Canada’s ailing cities wake up to decline

Alarming signs of neglect across the country’s main metropolitan centres are worrying businesses and politicians

The Financial Times

November 13th, 2004
By Dan Westell

Alarming signs of neglect across the country’s main metropolitan centres are worrying businesses and politicians

Toronto’s proud subway system, like much else in the city, is showing alarming signs of neglect. Many of the subway walls’ thick concrete slabs, each weighing tons, are damaged and need to be replaced.

But the Toronto Transit commission must make do with regular inspections, patching up the walls when serious problems develop. The commission estimates it would need CDollars 4bn (Dollars 3.3bn, Pounds 1.8bn, Euros 2.6bn) over the next decade just to maintain the existing system.

The capital shortfall is one small example of the financial crunch facing Canadian cities from Halifax to Vancouver. With tax collection left to the federal government and the provinces, Canadian cities - which generate most of the country’s wealth - have only limited means of raising revenue. As a result, urban infrastructure is deteriorating, services have been cut and garbage blows across cities once renowned for order and cleanliness.

The evidence is in the streets, says Anne Golden, president and chief executive of the Conference Board of Canada think-tank. Homelessness and open-air drug markets, severe pollution and traffic gridlock are all symptoms of the urban stress, she says. Some fear that unless the decline is reversed, Canada could become a backwater in a global economy where capital and talent flow to the most attractive urban environments.
Now, after years of lobbying by the cities, urban advocates and business groups and a decade or so of neglect, federal and provincial politicians are beginning to wake up. The Ontario and federal governments have promised to give the cities billions of dollars from petrol taxes, offer breaks on a federal sales tax and increase infrastructure and social housing spending.

“We’ve had more progress in the last 12 months than in the last 12 years,” says Dale Richmond, interim head of the Toronto Board of Trade. The board has pushed the business community’s case for more public money for the cities.

The problems are rooted in old legislation and new politics. Canadian cities were defined in the 19th century as subject to the provinces. To this day, the provinces still prevent the cities from collecting their own taxes, other than property taxes.

That practice effectively divorces the provinces’ spending from their engines of economic growth, says Glen Murray, former mayor of Winnipeg. Over a decade, revenue growth in the cities trailed rates of inflation. Indeed, the cities’ revenue has grown at about a fifth of the federal rate, while federal income and sales taxes have kept up with gross domestic product.

Property taxes had always been adequate for municipal needs when demands for services were limited. But now firefighting requires skyscraper-ready equipment and the TTC must provide information in 20 languages.

Ottawa and the provinces cut spending to deal with deficits, while passing on responsibilities. At the end of the chain, cities found themselves required to do more with less.

They slashed infrastructure spending as a start, and services were also cut. In Toronto, cuts in bus routes (and frequencies of buses and subway trains) have led to a drop of more than 10 per cent in ridership since 1990.

Businesses have become increasingly worried about the urban decline.
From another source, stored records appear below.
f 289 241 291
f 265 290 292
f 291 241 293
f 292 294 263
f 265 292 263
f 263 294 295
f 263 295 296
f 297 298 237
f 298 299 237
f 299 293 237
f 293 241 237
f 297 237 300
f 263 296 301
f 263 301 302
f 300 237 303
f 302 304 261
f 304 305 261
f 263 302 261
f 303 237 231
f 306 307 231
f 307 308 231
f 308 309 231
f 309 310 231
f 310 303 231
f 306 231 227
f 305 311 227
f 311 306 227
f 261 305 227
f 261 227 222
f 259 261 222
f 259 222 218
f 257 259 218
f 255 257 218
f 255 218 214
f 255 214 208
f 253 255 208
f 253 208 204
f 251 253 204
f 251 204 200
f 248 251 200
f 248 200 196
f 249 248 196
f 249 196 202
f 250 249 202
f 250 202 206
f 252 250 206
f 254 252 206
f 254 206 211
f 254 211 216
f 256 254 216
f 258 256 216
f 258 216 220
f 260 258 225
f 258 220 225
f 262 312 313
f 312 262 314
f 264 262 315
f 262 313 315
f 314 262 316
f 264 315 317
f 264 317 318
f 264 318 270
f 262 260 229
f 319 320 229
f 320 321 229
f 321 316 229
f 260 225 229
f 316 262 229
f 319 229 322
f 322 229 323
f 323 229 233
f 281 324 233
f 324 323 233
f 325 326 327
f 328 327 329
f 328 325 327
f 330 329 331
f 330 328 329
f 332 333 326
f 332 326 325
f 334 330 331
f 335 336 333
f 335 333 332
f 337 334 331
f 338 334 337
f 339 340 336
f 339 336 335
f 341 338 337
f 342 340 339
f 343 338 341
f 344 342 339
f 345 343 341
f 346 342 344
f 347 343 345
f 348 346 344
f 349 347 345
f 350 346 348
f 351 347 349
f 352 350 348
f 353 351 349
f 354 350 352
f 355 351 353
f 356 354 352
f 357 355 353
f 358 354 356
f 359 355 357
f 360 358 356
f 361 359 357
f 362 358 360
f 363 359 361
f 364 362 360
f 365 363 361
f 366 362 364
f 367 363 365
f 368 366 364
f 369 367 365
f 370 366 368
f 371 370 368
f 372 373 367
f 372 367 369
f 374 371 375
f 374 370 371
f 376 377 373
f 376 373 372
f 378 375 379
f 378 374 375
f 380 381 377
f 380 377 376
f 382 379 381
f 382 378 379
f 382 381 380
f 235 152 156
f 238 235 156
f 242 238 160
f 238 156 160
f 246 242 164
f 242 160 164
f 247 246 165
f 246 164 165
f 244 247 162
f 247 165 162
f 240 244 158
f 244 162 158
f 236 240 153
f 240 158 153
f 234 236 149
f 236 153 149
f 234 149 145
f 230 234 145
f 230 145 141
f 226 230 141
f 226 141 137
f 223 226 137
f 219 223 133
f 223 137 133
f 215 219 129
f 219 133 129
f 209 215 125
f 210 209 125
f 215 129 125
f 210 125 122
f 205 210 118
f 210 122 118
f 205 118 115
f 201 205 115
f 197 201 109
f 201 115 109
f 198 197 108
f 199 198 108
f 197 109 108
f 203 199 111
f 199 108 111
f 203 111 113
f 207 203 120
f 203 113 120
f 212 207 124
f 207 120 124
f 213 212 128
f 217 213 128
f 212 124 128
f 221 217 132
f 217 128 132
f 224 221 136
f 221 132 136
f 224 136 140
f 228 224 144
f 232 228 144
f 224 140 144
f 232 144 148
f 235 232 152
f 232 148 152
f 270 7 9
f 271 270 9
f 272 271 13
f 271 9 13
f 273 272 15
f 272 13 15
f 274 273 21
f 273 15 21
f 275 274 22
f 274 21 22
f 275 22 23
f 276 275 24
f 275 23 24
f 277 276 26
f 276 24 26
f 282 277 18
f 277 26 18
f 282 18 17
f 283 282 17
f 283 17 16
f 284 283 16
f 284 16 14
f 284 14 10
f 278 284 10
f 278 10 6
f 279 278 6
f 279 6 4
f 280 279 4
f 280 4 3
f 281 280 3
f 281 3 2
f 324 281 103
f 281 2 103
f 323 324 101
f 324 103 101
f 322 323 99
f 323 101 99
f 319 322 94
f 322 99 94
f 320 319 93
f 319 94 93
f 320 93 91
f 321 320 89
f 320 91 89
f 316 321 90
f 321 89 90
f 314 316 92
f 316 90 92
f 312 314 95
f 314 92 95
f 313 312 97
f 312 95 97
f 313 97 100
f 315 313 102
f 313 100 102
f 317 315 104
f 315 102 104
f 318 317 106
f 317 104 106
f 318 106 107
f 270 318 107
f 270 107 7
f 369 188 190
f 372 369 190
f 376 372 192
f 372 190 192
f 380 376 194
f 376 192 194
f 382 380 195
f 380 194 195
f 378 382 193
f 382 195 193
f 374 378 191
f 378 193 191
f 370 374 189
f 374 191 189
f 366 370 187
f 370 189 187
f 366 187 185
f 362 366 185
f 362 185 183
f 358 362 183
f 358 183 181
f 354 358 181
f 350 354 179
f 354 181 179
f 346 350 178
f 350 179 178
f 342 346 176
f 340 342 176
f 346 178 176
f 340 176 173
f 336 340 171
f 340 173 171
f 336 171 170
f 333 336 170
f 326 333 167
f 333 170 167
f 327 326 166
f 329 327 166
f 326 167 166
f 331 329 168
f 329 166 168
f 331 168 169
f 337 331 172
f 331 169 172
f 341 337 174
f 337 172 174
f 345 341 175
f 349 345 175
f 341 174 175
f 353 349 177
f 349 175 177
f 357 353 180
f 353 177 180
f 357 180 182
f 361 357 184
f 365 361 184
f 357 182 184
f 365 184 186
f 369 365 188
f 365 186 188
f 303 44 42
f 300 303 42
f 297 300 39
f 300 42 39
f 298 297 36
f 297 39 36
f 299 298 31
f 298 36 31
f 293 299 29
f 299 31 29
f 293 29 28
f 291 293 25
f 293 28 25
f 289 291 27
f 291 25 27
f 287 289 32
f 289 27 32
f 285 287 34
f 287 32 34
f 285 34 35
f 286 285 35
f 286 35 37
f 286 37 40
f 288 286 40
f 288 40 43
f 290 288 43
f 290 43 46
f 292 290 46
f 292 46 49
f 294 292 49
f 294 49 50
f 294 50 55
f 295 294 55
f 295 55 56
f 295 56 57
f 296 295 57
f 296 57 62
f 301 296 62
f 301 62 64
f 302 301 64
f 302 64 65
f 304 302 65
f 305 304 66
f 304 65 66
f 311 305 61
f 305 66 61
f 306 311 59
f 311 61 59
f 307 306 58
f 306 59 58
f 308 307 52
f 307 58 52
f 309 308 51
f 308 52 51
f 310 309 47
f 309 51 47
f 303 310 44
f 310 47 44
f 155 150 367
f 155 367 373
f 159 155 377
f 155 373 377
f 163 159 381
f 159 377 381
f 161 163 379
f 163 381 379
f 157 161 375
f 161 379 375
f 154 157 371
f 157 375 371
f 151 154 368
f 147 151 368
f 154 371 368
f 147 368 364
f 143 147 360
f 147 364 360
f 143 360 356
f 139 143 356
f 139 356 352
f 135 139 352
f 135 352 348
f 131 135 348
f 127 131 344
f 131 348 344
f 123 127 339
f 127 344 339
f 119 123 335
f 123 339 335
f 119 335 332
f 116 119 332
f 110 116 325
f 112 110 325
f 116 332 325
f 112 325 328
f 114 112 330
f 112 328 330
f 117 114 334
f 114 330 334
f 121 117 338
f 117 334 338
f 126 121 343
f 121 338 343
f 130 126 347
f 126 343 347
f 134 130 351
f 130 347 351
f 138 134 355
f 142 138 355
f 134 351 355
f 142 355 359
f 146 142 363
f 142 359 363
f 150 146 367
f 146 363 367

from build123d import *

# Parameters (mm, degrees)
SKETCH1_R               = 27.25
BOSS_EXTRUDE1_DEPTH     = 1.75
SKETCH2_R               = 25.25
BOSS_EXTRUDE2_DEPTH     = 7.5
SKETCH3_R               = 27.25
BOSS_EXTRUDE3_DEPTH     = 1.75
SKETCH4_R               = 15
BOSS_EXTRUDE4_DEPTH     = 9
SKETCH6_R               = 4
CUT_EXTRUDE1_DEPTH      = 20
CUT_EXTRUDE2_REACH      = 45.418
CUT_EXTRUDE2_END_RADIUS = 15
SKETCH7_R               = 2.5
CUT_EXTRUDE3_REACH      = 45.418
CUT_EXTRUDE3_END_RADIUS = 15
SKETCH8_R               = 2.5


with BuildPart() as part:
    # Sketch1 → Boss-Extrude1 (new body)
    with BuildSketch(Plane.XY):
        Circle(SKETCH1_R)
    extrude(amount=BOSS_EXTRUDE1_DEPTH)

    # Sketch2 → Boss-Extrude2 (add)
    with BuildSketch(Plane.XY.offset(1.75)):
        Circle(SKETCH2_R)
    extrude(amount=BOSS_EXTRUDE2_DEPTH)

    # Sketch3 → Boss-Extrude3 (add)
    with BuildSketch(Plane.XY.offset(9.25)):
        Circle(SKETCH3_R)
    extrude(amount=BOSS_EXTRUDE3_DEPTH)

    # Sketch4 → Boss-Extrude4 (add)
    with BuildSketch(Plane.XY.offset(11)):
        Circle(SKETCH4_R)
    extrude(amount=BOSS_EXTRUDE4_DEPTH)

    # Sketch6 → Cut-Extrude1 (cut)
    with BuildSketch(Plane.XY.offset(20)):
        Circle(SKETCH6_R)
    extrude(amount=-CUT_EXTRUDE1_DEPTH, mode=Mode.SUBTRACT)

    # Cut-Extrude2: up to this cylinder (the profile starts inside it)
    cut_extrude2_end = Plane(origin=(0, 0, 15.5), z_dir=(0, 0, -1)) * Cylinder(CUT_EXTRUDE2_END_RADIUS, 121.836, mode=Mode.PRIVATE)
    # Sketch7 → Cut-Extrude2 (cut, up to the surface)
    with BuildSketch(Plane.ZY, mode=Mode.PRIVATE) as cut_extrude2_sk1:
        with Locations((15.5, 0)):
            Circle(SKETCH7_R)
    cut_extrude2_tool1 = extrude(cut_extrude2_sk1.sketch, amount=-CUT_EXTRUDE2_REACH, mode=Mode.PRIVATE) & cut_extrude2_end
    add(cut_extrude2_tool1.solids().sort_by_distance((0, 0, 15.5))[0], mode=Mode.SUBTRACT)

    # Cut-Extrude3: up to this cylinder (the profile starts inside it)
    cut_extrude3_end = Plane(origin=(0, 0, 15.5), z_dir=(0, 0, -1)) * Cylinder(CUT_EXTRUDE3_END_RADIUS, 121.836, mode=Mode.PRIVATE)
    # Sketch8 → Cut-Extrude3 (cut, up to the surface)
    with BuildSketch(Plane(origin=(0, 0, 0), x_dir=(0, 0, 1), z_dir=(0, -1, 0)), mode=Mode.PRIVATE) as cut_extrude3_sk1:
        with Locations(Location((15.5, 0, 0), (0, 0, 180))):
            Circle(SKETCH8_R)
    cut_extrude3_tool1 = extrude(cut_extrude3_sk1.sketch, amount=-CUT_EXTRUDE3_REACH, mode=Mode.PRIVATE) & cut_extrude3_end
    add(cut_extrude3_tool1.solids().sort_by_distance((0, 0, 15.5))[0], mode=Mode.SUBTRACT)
Toronto-Dominion Bank, one of Canada’s largest banks, and various boards of trade began to agitate for a new deal.

Deteriorating cities would erode Canada’s competitiveness, they warned, as creative people, from artists to executives, would shun Canada as the cities declined.

According to the Toronto Board of Trade, Toronto residents and businesses pay up to CDollars 10bn more in annual federal and provincial taxes than they receive in services.

The loss of competitiveness is hard to document, and there is some data that contradicts the advocates’ argument. “There is no evidence to say they (Ontario cities) are less competitive (than US cities),” says Enid Slack, an economist who studied the issue last year for the Institute for Competitiveness and Prosperity.

But there is no dispute that Canada’s cities are ailing nationwide. The debate now is about how much money can be provided, and how quickly - and whether it will be enough to fix an estimated CDollars 60bn infrastructure shortfall.